April 30, 2010

Books to Read While the Algae Grow in Your Fur, April 2010

Jean-Guy Prévost, A Total Science: Statistics in Liberal and Fascist Italy
A history of the Italian statistical community (or, as he prefers, "field") from around 1900 through the fall of Fascism, with a brief glance at the immediate post-war era. This is not about the history of statistical technique, but about the development of statistics as an autonomous academic discipline, with pretensions of in fact being the key discipline for all empirical investigation, especially into social and biological matters. So we get a lot about university positions, internal disputes (as Prévost says, one mark of a field is precisely that there are recurring internal arguments, with well-worn positions), how methodology came to be seen as more important than either mathematical theory or applications, the conflict with political economy, etc. Naturally, this extends to looking at how the statistical establishment eagerly sought to serve the Fascist state, proposals for "corporatist" and "totalitarian" statistics, and the elaboration of Fascist ideology by leading statisticians, relying on their self-presentation as polymaths. (Tukey's line about how "The best thing about being a statistician is that you get to play in everyone else's backyard" assumes a new significance when you imagine it being uttered by a blackshirt.) In all this, including the last, Gini is the central figure; quite honestly he should have been purged after the war, but somehow escaped justice.
Some familiarity with the history of both Fascism and of the intellectual content is presupposed. If you have that, and are willing to tolerate a minimal (almost homeopathic) dose of Bourdieu, this provides a lot of interesting, if unhappy, food for thought.
(Prévost makes it clear how Gini's work on measuring inequality was in the tradition launched by Pareto's laws of income and wealth distribution. Cantelli was a friend and collaborator of Gini's, and the Glivenko-Cantelli theorem is the kind of result which would guarantee non-parametric consistency of estimated Gini coefficients from sample data. Was this what motivated Cantelli?)
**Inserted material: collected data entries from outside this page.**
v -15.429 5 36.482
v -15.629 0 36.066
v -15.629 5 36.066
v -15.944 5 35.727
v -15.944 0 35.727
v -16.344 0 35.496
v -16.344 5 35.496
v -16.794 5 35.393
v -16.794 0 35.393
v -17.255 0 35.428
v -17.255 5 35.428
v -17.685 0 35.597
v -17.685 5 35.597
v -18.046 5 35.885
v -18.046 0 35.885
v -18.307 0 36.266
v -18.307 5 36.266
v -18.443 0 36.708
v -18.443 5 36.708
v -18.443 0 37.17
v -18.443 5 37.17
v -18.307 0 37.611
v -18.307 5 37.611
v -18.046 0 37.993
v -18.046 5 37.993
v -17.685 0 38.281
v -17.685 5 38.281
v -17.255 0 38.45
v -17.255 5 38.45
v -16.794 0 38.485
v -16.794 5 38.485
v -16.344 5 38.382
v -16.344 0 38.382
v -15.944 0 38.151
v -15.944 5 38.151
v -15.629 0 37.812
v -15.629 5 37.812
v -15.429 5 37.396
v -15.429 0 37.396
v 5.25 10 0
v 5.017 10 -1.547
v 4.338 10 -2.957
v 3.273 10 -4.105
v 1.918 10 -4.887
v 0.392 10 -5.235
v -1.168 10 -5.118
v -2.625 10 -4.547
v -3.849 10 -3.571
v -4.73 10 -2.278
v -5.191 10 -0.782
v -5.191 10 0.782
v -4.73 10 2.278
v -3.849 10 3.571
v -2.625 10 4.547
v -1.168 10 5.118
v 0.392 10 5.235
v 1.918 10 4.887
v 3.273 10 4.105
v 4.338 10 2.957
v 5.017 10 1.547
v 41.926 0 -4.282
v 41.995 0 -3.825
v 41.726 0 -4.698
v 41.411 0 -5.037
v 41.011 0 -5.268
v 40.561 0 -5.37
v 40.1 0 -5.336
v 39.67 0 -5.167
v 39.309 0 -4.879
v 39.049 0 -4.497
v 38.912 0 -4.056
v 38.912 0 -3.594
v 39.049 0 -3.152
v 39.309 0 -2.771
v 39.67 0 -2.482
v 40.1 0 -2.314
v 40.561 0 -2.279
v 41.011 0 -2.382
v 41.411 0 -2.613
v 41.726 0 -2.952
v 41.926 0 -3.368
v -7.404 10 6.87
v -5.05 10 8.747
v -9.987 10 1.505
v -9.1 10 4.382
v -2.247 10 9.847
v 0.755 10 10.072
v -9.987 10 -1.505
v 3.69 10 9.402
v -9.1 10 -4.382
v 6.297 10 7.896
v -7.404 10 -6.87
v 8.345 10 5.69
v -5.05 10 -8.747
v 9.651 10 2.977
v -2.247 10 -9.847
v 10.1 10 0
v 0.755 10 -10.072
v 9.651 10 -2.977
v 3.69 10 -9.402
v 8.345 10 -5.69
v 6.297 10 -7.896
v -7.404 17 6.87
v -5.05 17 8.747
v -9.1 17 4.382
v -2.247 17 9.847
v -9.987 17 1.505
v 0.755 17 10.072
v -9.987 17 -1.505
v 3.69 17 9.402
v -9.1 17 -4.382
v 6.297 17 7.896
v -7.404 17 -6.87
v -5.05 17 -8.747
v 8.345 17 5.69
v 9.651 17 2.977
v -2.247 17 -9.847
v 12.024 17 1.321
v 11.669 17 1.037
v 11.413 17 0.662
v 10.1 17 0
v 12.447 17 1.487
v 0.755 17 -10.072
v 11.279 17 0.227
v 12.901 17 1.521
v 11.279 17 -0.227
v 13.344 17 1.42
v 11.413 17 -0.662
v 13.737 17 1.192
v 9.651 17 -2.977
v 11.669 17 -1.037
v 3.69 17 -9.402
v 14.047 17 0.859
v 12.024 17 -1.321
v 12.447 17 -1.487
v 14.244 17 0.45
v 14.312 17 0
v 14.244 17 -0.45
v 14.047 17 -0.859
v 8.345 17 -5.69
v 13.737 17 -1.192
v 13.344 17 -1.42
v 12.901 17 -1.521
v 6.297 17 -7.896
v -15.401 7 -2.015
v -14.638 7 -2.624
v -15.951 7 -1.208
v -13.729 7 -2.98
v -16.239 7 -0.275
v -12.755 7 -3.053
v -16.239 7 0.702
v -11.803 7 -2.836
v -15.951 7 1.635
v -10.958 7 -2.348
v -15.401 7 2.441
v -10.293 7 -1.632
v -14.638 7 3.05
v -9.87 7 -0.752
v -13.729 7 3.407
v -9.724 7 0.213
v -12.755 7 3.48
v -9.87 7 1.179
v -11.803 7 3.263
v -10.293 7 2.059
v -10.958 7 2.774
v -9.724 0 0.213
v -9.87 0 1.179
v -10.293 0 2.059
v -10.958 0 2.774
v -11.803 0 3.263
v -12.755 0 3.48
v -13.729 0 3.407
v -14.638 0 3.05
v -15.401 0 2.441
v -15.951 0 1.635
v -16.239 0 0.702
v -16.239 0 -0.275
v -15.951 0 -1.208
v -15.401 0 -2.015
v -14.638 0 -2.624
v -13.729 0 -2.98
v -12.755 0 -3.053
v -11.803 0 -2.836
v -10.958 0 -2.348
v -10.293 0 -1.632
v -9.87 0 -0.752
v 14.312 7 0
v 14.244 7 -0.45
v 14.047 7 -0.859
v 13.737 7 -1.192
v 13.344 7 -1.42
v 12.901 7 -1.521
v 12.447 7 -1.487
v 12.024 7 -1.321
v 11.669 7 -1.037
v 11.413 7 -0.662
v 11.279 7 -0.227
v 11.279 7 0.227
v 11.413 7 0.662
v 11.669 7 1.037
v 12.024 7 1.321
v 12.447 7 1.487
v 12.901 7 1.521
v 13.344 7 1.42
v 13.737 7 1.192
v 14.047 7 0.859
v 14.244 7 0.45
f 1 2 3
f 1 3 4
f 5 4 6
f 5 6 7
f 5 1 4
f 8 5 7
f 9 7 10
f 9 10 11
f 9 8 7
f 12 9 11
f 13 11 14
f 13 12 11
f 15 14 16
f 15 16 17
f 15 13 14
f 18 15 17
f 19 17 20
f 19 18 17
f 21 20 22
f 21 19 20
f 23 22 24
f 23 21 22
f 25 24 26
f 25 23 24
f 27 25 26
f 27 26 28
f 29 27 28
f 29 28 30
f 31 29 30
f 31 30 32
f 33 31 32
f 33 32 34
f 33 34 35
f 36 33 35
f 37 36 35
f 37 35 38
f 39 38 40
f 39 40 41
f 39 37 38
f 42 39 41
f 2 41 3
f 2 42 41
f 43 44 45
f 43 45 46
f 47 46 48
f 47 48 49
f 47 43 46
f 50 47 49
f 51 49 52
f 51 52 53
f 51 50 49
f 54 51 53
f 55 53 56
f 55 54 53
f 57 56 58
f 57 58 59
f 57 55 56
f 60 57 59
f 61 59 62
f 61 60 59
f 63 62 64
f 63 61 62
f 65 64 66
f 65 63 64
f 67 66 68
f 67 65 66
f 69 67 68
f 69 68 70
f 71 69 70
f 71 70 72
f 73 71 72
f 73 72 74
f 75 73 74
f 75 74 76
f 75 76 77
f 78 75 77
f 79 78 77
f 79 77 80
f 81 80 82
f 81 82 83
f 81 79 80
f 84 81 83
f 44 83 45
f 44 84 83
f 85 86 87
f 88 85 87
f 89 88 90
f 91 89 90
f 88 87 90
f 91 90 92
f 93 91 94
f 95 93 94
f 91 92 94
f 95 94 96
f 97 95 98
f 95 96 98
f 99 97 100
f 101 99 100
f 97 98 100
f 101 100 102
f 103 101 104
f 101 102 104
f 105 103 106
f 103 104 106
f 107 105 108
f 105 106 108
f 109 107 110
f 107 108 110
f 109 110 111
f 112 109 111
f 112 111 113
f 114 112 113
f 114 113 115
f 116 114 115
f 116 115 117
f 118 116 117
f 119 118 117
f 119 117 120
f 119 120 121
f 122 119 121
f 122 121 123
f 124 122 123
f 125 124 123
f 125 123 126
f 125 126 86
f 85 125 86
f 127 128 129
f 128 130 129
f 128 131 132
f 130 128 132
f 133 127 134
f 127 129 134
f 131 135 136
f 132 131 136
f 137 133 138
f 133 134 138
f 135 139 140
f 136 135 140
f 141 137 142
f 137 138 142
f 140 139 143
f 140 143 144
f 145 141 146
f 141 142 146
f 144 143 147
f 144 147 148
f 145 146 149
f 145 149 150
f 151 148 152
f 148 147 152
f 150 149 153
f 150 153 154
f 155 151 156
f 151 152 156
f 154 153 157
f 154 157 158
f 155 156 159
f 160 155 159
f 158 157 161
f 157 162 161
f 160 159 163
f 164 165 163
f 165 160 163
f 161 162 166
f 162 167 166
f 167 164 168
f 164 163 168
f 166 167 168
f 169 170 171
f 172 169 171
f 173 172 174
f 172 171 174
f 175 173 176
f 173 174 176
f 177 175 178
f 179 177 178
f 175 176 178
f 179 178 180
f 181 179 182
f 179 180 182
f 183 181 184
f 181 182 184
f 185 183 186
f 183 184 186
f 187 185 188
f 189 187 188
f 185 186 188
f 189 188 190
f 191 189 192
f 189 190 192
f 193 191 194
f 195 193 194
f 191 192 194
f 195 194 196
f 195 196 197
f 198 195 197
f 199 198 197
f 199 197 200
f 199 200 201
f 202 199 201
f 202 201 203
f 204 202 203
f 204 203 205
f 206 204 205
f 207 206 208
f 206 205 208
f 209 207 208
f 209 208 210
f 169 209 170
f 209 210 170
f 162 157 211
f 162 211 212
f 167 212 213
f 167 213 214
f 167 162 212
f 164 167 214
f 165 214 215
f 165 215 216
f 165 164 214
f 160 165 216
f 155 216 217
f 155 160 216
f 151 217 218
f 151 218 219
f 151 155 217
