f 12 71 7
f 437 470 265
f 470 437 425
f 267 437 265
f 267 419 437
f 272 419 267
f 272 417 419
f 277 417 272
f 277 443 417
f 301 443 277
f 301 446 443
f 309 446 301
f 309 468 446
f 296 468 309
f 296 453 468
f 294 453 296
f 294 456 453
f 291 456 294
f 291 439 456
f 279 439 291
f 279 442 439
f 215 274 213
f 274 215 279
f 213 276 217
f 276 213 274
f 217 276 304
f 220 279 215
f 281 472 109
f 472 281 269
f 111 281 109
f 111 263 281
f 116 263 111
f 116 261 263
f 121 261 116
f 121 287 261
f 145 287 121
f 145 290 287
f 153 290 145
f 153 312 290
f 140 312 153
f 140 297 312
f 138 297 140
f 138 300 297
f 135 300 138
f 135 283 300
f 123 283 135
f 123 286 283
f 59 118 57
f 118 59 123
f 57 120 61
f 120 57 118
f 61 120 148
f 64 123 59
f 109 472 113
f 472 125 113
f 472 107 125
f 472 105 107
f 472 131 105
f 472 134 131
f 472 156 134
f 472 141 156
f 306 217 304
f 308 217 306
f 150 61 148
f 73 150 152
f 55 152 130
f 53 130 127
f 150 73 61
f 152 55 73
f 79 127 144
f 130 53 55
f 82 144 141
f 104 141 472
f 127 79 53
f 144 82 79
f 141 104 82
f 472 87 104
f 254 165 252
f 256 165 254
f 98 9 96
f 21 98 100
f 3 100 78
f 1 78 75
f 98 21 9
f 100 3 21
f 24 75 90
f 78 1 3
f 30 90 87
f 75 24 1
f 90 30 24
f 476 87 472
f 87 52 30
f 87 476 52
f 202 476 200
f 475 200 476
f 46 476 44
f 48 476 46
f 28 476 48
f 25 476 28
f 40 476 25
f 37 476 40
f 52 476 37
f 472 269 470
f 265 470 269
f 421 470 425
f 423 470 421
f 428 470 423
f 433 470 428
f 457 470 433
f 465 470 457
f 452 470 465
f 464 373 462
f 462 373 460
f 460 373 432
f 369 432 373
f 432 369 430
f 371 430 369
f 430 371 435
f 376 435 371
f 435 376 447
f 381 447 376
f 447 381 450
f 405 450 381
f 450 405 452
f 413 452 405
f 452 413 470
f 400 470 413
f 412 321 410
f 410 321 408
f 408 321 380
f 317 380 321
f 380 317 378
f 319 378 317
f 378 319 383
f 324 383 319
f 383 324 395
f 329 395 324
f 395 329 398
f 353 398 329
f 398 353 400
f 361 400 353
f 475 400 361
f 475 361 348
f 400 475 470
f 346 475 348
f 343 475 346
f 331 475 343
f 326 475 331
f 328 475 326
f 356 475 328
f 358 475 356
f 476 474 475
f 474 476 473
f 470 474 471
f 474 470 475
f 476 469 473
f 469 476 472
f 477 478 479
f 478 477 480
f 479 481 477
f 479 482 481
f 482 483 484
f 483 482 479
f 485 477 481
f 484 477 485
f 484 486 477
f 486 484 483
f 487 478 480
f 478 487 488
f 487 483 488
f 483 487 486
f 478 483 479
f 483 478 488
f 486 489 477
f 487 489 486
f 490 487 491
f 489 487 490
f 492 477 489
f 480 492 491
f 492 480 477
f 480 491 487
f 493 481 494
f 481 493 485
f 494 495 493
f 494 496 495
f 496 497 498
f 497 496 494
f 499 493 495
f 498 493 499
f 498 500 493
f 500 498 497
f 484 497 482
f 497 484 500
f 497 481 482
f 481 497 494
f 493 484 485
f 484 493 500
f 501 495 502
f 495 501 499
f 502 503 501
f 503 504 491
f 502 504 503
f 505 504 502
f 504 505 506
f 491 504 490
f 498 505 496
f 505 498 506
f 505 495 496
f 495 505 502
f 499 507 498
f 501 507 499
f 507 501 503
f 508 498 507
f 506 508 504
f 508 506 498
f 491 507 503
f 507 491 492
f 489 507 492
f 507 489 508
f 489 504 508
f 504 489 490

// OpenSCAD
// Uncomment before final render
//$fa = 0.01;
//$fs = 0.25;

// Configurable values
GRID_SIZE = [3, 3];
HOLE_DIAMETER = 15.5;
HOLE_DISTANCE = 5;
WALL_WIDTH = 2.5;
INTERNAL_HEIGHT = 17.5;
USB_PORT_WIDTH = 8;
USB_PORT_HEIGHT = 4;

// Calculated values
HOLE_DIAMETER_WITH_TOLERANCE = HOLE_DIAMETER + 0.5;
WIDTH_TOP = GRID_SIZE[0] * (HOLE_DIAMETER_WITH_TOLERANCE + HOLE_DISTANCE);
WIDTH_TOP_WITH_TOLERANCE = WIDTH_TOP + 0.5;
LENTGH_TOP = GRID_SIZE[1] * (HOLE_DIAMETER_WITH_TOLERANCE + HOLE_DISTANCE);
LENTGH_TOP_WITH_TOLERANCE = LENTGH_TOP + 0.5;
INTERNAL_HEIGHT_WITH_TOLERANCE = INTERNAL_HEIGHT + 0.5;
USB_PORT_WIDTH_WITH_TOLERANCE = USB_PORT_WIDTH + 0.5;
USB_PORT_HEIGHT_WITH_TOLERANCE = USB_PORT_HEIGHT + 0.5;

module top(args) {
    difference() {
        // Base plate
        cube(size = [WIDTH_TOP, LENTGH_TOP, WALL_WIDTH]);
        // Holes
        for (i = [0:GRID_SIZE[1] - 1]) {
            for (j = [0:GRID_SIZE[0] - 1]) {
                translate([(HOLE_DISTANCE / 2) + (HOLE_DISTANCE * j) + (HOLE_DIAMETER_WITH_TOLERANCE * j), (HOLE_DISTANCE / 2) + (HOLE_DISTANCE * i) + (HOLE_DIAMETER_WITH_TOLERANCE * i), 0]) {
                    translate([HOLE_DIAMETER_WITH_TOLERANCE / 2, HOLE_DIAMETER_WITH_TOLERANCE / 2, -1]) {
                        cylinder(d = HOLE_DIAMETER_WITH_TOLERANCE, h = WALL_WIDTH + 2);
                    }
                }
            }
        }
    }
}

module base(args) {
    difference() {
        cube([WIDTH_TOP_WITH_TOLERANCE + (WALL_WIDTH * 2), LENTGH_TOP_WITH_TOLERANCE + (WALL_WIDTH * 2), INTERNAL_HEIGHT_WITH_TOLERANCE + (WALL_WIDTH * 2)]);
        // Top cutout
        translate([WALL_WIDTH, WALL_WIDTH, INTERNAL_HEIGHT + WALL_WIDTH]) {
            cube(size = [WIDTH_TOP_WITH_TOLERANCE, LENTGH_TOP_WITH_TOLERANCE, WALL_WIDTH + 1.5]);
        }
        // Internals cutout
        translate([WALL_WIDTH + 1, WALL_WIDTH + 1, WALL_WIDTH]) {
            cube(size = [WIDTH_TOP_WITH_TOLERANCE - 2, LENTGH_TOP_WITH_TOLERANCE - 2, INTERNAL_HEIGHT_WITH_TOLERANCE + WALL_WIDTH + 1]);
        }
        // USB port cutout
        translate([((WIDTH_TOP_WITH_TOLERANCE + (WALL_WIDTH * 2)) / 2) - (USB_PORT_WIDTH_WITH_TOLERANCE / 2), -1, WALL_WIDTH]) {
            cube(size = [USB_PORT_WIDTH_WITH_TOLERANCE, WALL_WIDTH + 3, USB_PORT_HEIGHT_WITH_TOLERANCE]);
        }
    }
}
Robert B. Reich, Supercapitalism: The Transformation of Business, Democracy, and Everyday Life
This is aiming to be something like The Affluent Society or The New Industrial State for modern times; it does a pretty good job. Basically, his argument is that Galbraith was more or less right about how the economy worked during the post-WWII golden age of capitalism: large, autonomous, oligopolistic firms more interested in continued steady growth, exploiting economies of scale, than anything else. JKG's mistake was in thinking this regime would continue. Reich sees Galbraithian capitalism as being upset not so much through deliberate political action in the 1980s as through new technologies in the 1970s, especially improvements in logistics, communications and information technology, which made it possible and efficient to replace the vertically-integrated firm with global supply networks, and to replace investment financed out of retained earnings with global financial markets. (As Reich points out in some detail, all of the key technologies, from container shipping through microelectronics and the Internet, were devised by the military-industrial-university complex to fight the Cold War; sowing the dragon's teeth, as it were.) Deregulation, to Reich's way of thinking, was more a consequence than a cause — the legal superstructure accommodating changes in the forces of production, though he doesn't use such language. The result, he says, is a system more responsive to consumer demand and to investors, but where most of the population sees no gains from economic growth, inequality soars, countervailing power evaporates, security is steadily eroded, and the primary check on the political influence of corporations is the opposing commercial interests of other corporations. (He also has an ingenious argument as to why decreasing regulation led to increasing lobbying.) This he calls "supercapitalism"; I dislike the term and will avoid it.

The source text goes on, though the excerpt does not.